Changes to storage policies#
Research Computing is making policy changes regarding storage organization and retention. This is in response to the increasing needs of users, and represent best practice.
Policy updates
- User scratch directories (/scratch/u/...) will be deleted
- Files in scratch that have not been accessed or modified in the last 60 days will be removed daily
User scratch removal#
Research Computing will no longer provide user scratch directories. For reference, these directories have been located at /scratch/u/netid
. This is a response to user feedback about confusion over purpose of user vs. group scratch. Additionally, we have found that group scratch is more heavily utilized, and more actively utilized, i.e., less old data. We encourage all users to cleanup their user scratch data immediately. Research Computing will begin deleting these directories on March 6, 2024.
Scratch retention#
Research Computing has had documented guidance for use of scratch storage in the HPC environment since the start of operations for the HPC cluster. This included a data deletion policy for old files in the scratch file system. Historically, we have not enforced this policy in any automated way. In fact, we have only emailed our MCW users to manually cleanup their scratch space when storage ran out. This has led to issues with users storing old data in scratch that is not needed and takes up valuable space meant for new jobs.
To fix these issues, Research Computing will begin deleting old scratch data with an automated script. The script will daily scan all files and directories in your scratch space and move any objects that have not been modified or accessed in the last 60 days to a daily trash space. After 14 days, a daily trash space will expire and be deleted. This means that the scratch file system will be cleaned up every day, and you will have the opportunity to retrieve those old files for an additional 14 days.

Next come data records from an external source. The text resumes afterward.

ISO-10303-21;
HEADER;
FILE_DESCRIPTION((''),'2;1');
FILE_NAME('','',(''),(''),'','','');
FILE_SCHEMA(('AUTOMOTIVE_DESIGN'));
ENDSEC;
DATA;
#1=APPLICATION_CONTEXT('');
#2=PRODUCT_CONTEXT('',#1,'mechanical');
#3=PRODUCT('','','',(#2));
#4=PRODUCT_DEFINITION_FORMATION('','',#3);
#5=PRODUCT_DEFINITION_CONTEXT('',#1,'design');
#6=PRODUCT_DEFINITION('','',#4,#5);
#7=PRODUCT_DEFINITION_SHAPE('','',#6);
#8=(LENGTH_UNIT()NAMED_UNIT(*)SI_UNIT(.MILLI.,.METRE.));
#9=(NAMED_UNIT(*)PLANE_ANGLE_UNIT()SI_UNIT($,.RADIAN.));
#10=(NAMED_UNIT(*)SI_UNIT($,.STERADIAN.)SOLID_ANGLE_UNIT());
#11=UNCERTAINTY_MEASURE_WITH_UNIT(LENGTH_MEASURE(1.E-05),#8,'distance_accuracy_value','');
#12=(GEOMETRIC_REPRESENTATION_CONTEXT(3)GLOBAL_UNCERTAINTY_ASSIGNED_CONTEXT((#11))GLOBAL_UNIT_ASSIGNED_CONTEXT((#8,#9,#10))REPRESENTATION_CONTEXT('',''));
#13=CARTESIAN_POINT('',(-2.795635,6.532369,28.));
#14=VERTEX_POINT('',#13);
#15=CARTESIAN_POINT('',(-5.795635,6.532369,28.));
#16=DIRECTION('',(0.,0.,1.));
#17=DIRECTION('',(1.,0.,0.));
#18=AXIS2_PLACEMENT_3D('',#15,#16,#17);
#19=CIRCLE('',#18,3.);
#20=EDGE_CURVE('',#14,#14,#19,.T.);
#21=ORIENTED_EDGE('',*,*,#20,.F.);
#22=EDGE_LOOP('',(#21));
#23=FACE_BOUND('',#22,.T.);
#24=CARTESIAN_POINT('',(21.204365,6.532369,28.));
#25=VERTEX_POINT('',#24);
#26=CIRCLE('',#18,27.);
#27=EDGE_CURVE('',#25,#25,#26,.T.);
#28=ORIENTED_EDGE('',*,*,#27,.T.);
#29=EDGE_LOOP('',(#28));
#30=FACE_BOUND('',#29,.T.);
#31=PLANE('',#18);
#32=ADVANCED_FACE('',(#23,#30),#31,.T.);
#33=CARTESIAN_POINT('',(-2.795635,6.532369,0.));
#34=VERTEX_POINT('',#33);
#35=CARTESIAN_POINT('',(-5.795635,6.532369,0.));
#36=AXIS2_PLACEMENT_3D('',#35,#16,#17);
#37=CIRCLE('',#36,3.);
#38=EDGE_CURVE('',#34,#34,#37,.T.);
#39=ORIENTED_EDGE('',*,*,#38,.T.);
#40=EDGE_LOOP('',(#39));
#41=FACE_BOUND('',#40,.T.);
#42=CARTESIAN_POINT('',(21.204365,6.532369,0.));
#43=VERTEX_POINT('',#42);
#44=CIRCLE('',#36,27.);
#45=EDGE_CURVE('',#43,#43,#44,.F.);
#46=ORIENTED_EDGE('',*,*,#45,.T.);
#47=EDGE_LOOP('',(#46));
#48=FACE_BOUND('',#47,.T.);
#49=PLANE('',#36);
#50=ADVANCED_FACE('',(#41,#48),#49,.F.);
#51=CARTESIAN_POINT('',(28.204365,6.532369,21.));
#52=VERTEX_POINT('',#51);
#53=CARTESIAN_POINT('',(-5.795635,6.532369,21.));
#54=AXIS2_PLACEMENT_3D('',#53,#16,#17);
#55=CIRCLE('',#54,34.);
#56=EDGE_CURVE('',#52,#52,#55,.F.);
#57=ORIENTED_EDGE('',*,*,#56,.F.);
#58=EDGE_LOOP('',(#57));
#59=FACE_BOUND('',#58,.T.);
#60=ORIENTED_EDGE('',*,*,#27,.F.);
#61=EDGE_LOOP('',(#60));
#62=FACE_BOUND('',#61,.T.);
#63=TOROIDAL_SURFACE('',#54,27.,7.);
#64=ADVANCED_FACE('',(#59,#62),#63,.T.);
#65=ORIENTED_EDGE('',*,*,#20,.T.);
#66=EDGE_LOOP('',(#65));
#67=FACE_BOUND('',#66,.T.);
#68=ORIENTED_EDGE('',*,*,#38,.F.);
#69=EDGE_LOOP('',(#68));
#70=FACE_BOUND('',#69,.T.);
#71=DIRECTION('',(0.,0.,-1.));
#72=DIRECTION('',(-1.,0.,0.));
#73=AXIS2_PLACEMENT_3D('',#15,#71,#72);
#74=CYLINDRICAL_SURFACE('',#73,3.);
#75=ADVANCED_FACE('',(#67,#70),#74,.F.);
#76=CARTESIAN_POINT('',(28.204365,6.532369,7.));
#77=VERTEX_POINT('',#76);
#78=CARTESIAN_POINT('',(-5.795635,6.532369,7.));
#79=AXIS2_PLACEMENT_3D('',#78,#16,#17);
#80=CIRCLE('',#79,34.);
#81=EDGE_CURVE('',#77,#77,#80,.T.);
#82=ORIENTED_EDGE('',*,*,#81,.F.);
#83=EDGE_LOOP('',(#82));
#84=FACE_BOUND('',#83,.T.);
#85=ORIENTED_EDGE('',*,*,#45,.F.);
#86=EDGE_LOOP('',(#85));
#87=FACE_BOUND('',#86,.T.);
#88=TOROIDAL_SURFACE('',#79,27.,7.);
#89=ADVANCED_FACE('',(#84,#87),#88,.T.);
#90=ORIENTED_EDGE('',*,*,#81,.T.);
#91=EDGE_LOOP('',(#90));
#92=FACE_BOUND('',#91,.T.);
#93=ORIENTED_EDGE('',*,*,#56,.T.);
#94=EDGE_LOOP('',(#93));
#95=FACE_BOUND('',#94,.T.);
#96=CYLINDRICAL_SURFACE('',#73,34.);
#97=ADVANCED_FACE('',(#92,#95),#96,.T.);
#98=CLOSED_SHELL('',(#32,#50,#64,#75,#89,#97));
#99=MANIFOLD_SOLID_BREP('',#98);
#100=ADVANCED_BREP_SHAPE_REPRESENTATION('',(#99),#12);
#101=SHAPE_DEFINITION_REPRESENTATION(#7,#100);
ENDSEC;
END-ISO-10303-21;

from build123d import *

# Parameters (mm, degrees)
ESBO_O1_R                = 34
ESBO_O1_R_2              = 3
RESSALTO_EXTRUS_O3_DEPTH = 28
FILETE2_R                = 7


with BuildPart() as part:
    # Esboço1 → Ressalto-extrusão3 (new body)
    with BuildSketch(Plane.XY):
        with Locations((-5.795635403, 6.532368717)):
            Circle(ESBO_O1_R)
        with Locations((-5.795635403, 6.532368717)):
            Circle(ESBO_O1_R_2, mode=Mode.SUBTRACT)
    extrude(amount=RESSALTO_EXTRUS_O3_DEPTH)

    # Filete2
    filete2_edges = [part.edges().sort_by_distance(p)[0] for p in [
        (-39.795635403, 6.532368717, 0),
        (-39.795635403, 6.532368717, 28),
    ]]
    fillet(filete2_edges, radius=FILETE2_R)


solid = part.part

This scratch retention process is effective March 6, 2024. For details, please review the scratch retention information.
Next steps for you#
Start cleaning up your scratch directories. If you have data in /scratch/u
, move it to your lab group space /group/pi_netid
, or /scratch/g/pi_netid
if you have more jobs to run.
We encourage all users to review the FAQ section below for answers to common questions. All further questions should be submitted to help-rcc@mcw.edu.
FAQ#
How do I know the age of my files?
To list files in a directory ordered by age from top to bottom:
ls -latr
To find all files in a directory that have not been modified in the last 60 days:
find /path/to/directory -mtime +60
To find all files in a directory that have not been accessed in the last 60 days:
find /path/to/directory -atime +60
Remember, the scratch file system is not for regular data storage. It is only to be used for storing data while a SLURM job is running. When the job finishes, clean it up. There should never be a time where old data exists in your scratch folder. In this way, you can avoid a situation where you do not know or remember the age of a file.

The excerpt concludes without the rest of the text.